# Pokerbot



## artart (24. August 2007)

Hi,
ich hab jetzt Semesterferien und will meine 'Javawissen' etwas erweitern bzw. in die Praxis umsetzen. Naja lange Rede kurzer Sinn: wie der Titel schon sagt geht es um einen Pokerbot für Full Tilt Poker (oder andere Pokerprogramme). Ich hab ja auch schon fleissig UML-Diagramme gemalt angefangen die KI zu implementieren.
Was mir jetzt fehlt ist die Interaktion zw. Pokersoftware und Javaprog. Dabei soll der Bot aus dem Pokerprog die Log lesen (und dementsprechend reagieren). Meine frage ist jetzt, wie bekomme ich den Textstream (also die Log) aus der Pokersoft in meine Javaklasse herein

Mir würden n paar Stichpunke reichen bzw. wo, oder nach was ich da suchen muss, da ich jetzt nach ner guten Stunden googeln immer noch keine richtige Idee habe.

Dank im Vorraus
gruss art


----------



## Andron (24. August 2007)

Hi,
ich habe zwar nicht so richtig verstanden, was du machen möchtest, aber..

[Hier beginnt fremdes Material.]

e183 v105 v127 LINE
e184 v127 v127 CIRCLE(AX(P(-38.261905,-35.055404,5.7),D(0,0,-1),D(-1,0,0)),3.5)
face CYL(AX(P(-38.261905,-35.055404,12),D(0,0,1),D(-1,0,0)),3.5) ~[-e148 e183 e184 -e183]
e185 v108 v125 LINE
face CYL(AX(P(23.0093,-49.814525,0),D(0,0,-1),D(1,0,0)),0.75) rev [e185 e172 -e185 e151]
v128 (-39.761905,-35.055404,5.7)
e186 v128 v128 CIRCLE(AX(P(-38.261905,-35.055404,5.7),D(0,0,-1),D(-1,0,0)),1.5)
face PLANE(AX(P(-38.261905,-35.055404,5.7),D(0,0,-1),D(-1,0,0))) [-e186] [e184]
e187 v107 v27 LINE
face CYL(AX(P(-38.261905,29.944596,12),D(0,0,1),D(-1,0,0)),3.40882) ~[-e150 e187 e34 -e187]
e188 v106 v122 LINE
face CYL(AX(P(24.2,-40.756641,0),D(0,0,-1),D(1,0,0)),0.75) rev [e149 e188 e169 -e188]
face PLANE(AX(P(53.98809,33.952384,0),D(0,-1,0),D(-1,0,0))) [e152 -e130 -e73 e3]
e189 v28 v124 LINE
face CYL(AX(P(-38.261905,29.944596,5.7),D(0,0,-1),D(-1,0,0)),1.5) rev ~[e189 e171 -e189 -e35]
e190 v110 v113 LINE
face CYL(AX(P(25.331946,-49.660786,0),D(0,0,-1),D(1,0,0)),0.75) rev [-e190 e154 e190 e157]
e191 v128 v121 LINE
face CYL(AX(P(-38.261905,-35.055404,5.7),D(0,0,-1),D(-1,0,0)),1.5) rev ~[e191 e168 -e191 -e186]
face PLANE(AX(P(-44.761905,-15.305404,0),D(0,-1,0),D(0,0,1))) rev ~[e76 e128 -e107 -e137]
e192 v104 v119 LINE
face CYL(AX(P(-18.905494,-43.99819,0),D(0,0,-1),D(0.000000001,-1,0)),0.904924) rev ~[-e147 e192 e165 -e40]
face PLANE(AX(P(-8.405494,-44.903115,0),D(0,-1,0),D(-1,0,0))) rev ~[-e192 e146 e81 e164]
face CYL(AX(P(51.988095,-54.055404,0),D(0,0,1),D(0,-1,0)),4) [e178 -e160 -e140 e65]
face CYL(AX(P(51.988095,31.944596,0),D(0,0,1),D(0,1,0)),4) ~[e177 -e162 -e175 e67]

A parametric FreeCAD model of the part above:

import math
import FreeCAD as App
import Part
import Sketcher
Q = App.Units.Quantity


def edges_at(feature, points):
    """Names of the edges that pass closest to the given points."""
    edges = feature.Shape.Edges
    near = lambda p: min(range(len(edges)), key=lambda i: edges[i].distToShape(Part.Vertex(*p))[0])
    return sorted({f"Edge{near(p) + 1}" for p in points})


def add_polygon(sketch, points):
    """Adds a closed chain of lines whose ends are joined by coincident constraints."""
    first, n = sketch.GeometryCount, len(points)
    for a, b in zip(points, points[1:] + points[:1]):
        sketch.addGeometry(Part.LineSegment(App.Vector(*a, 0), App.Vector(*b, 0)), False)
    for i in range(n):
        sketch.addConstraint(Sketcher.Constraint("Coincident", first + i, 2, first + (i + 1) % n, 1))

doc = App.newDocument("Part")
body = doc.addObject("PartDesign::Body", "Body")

Ich habe vor kurzem einen kleinen Bot für ein Browsergame programmiert.
Da ist die ganze Sache sehr einfach.

Man kann auf den Response-Objekt zugreifen und alle HTML-Formulare auslesen.
WebForm[] forms = response.getForms();
Danach kannst du mit form.setParameter("","") irgendwelche Parameter setzen und mit response = form.submit(submitButton); die ausgefüllte Seite zurückschicken.
Rückgabe ist je wieder ein Response-Objekt und dieses kann man wieder nach HTML-Elementen durchsuchen.

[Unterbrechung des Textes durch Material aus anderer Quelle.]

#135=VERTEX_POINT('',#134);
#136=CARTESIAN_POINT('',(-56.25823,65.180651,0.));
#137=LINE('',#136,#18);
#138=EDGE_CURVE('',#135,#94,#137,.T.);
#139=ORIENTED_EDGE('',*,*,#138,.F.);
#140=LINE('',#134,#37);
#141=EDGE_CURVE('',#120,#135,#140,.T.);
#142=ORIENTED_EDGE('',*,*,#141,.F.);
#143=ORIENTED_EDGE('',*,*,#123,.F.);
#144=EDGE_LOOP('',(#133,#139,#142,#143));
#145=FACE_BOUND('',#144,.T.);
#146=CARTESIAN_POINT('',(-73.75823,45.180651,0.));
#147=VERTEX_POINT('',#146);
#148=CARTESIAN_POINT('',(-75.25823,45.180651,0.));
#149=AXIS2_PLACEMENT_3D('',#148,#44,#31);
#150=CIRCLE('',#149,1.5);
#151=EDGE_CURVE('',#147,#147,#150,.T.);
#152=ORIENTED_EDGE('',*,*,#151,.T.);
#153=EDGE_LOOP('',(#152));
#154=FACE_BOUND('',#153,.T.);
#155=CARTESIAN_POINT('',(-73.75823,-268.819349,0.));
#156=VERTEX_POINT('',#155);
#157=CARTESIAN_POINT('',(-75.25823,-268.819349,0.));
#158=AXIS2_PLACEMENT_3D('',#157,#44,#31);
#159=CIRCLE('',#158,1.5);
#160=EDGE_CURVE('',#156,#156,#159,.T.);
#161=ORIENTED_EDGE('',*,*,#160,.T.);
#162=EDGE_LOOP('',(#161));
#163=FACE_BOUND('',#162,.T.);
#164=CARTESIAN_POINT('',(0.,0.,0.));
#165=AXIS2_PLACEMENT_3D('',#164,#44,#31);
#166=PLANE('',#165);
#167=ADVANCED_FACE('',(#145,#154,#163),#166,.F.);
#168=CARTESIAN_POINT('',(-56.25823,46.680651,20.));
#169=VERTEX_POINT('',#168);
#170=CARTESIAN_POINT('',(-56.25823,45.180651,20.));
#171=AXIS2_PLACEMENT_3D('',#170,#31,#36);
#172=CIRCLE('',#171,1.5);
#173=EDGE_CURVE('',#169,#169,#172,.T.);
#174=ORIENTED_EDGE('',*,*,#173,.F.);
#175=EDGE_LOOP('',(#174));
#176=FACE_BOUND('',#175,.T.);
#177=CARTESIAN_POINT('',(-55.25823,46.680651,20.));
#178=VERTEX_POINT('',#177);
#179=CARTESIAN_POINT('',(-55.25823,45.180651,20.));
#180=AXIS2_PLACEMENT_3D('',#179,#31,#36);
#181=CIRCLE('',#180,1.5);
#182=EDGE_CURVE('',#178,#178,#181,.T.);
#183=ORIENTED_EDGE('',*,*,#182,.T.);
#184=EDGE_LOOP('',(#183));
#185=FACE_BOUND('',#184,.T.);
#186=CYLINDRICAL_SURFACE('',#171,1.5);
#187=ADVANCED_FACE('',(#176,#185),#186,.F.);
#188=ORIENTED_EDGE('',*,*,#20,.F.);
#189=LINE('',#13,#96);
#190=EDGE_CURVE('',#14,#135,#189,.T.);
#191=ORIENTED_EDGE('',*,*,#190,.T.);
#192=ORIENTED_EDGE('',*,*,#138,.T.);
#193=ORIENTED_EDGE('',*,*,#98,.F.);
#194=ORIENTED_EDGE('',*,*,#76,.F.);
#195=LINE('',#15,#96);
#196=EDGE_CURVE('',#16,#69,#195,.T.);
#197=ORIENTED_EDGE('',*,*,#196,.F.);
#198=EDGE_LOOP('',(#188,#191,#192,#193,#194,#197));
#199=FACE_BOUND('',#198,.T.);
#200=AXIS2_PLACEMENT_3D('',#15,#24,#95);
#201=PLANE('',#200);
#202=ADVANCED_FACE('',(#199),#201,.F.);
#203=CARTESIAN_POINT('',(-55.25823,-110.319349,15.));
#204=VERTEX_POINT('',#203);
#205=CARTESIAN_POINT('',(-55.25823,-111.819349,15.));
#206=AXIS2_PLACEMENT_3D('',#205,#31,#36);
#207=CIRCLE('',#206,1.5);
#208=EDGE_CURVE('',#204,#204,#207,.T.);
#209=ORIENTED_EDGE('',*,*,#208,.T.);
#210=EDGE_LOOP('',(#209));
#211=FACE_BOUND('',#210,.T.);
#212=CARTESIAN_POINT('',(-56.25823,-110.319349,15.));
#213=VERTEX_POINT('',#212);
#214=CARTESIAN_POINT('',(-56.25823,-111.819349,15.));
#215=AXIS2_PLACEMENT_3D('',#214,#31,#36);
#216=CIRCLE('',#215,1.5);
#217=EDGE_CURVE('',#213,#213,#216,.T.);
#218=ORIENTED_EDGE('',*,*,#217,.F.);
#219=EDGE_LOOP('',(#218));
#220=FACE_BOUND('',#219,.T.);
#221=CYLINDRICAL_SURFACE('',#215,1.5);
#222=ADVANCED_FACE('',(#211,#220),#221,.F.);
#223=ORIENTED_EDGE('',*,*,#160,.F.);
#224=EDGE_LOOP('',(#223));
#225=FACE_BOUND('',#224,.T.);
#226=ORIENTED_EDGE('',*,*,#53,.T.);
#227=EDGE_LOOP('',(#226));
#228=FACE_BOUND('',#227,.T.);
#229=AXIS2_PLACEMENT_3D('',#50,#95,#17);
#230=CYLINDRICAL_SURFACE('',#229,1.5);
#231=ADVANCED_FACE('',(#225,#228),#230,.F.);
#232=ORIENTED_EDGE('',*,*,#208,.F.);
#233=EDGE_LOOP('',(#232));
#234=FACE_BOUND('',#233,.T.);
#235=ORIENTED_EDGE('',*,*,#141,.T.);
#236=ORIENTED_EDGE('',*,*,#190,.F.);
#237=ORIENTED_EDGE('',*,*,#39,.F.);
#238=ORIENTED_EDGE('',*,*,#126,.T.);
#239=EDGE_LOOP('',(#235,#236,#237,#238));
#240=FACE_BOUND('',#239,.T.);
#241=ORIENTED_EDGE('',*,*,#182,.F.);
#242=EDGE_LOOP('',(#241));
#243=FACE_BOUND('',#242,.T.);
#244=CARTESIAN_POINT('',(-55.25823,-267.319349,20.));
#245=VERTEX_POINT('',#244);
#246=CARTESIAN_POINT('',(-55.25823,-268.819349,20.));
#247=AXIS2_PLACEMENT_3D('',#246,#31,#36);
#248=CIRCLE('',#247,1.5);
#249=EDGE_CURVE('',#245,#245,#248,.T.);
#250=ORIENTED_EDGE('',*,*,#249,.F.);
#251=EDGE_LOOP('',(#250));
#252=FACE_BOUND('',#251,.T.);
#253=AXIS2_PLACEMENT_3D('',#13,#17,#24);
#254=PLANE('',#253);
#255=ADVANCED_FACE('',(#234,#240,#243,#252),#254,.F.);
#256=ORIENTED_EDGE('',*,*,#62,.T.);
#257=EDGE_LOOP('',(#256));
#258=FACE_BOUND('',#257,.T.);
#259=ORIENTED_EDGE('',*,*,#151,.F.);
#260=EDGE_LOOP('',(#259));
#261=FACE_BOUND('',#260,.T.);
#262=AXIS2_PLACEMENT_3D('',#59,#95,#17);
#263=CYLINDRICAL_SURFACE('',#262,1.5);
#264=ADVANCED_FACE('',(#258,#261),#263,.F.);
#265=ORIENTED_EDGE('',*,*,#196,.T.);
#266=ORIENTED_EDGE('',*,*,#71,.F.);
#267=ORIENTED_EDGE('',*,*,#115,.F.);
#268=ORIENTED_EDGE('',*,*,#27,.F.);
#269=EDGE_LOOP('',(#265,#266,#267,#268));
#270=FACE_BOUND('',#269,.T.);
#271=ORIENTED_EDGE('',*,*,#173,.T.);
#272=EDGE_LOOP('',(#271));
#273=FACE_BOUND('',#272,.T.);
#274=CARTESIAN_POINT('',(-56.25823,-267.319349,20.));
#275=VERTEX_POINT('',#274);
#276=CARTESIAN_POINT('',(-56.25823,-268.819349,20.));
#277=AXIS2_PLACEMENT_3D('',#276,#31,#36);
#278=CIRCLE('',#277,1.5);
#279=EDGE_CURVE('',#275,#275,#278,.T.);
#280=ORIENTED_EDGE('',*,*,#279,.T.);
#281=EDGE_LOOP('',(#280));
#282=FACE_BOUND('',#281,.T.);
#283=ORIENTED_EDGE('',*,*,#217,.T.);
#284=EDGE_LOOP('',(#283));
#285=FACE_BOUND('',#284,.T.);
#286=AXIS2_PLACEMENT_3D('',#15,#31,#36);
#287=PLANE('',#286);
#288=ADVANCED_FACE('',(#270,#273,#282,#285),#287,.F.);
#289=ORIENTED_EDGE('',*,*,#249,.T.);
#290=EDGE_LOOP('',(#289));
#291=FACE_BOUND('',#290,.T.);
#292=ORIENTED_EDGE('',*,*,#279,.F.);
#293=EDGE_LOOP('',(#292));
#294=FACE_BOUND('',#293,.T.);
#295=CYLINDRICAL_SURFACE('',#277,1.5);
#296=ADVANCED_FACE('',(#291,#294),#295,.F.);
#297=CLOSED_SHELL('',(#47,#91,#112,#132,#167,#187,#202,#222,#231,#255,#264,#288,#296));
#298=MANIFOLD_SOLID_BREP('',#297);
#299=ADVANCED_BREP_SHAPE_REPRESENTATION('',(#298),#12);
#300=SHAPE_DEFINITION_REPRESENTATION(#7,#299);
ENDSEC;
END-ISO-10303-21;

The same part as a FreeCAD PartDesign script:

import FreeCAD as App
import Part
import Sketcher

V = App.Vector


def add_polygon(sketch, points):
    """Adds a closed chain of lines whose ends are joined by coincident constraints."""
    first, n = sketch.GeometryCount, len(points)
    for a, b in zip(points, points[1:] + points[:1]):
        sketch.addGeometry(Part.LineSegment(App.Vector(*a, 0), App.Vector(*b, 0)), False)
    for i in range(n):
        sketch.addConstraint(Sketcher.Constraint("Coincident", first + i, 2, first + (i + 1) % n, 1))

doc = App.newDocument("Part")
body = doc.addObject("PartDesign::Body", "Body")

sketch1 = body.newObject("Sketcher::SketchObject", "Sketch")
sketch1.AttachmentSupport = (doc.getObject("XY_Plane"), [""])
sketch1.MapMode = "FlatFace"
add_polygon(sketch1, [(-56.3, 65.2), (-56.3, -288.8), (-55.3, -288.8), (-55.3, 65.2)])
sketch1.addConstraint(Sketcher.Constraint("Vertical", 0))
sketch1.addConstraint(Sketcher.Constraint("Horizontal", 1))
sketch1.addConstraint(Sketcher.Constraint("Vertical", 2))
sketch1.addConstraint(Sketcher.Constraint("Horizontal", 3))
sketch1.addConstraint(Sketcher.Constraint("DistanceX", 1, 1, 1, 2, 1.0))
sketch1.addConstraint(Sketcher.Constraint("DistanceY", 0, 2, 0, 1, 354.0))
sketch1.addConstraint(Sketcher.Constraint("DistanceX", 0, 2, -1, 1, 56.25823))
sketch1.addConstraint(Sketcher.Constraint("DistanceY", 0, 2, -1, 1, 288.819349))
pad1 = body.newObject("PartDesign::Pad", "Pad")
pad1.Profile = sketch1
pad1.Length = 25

Ob das auch für dein Vorhaben passend ist, weiß ich nicht.

Was verstehst du unter "Pokerprogrammen"?
Flasch, Applets, WebServices, PHP oder wie sind sie denn programmiert?


----------



## artart (24. August 2007)

Tut mir leid, hab mich etwas unglücklich ausgedrückt. Das ganze sieht ungefähr so aus. d.h. man hat links unten ein kleines Fenster, welches sowohl als Chat als auch als Log funktioniert, (d.h. dort steht wer was macht, is klar). Und das will ich im Endeffekt auslesen um die KI zu steuern. Das ganze ist eine eigenständige Anwendundung, d.h. nach der Installation hat man ein Client der eigenständig eine Verbindung zum Pokerserver aufbaut (also weder Flash noch PHP). Hab auch keine Ahnung wie das ganze programmiert ist, da ich bisher selbst nur einfache Abrechnungsprogramme etc. im Rahmen einer SWT-Vorlesung (1 Semester) programmiert habe.
Also benötige ich sowas wie ein Textcanner bzw. OCR etc... weiss nur nicht wie das in der Fachsprache heisst...


----------



## fluessig (24. August 2007)

Du solltest mal das Programm überprüfen. Manche Software hinterlegt dieses Log in einer Textdatei, die du auslesen kannst. Mit OCR wird das eine mühsame Angelegenheit.


----------



## Laocoon (25. August 2007)

Was mir dazu einfallen würde ist den Text da raus zu kopieren, zb via Robot, wenn das wirklich Text ist (wie bei Europoker o.ä.) und nicht irgend eine generierte Grafik. 
Wage aber zu bezweifeln, dass das die tollste Lösung ist. Aber für alles andere müsste man wahrscheinlich zu nach ans OS (Fenster handle abgreifen und direkt auf die Textbox zugreifen).


----------



## Nordevil (18. Dezember 2007)

Hallo artart!

Da ich ungefähr in der selben Situation bin wie Du, würde ich gerne wissen, was aus Deinem Vorhaben geworden ist, einen Pokerbot zu schreiben? Bist Du schon weiter gekommen? Konntest Du das Problem mit dem Auslesen bzw. mit der Schnittstelle zu einem Client lösen?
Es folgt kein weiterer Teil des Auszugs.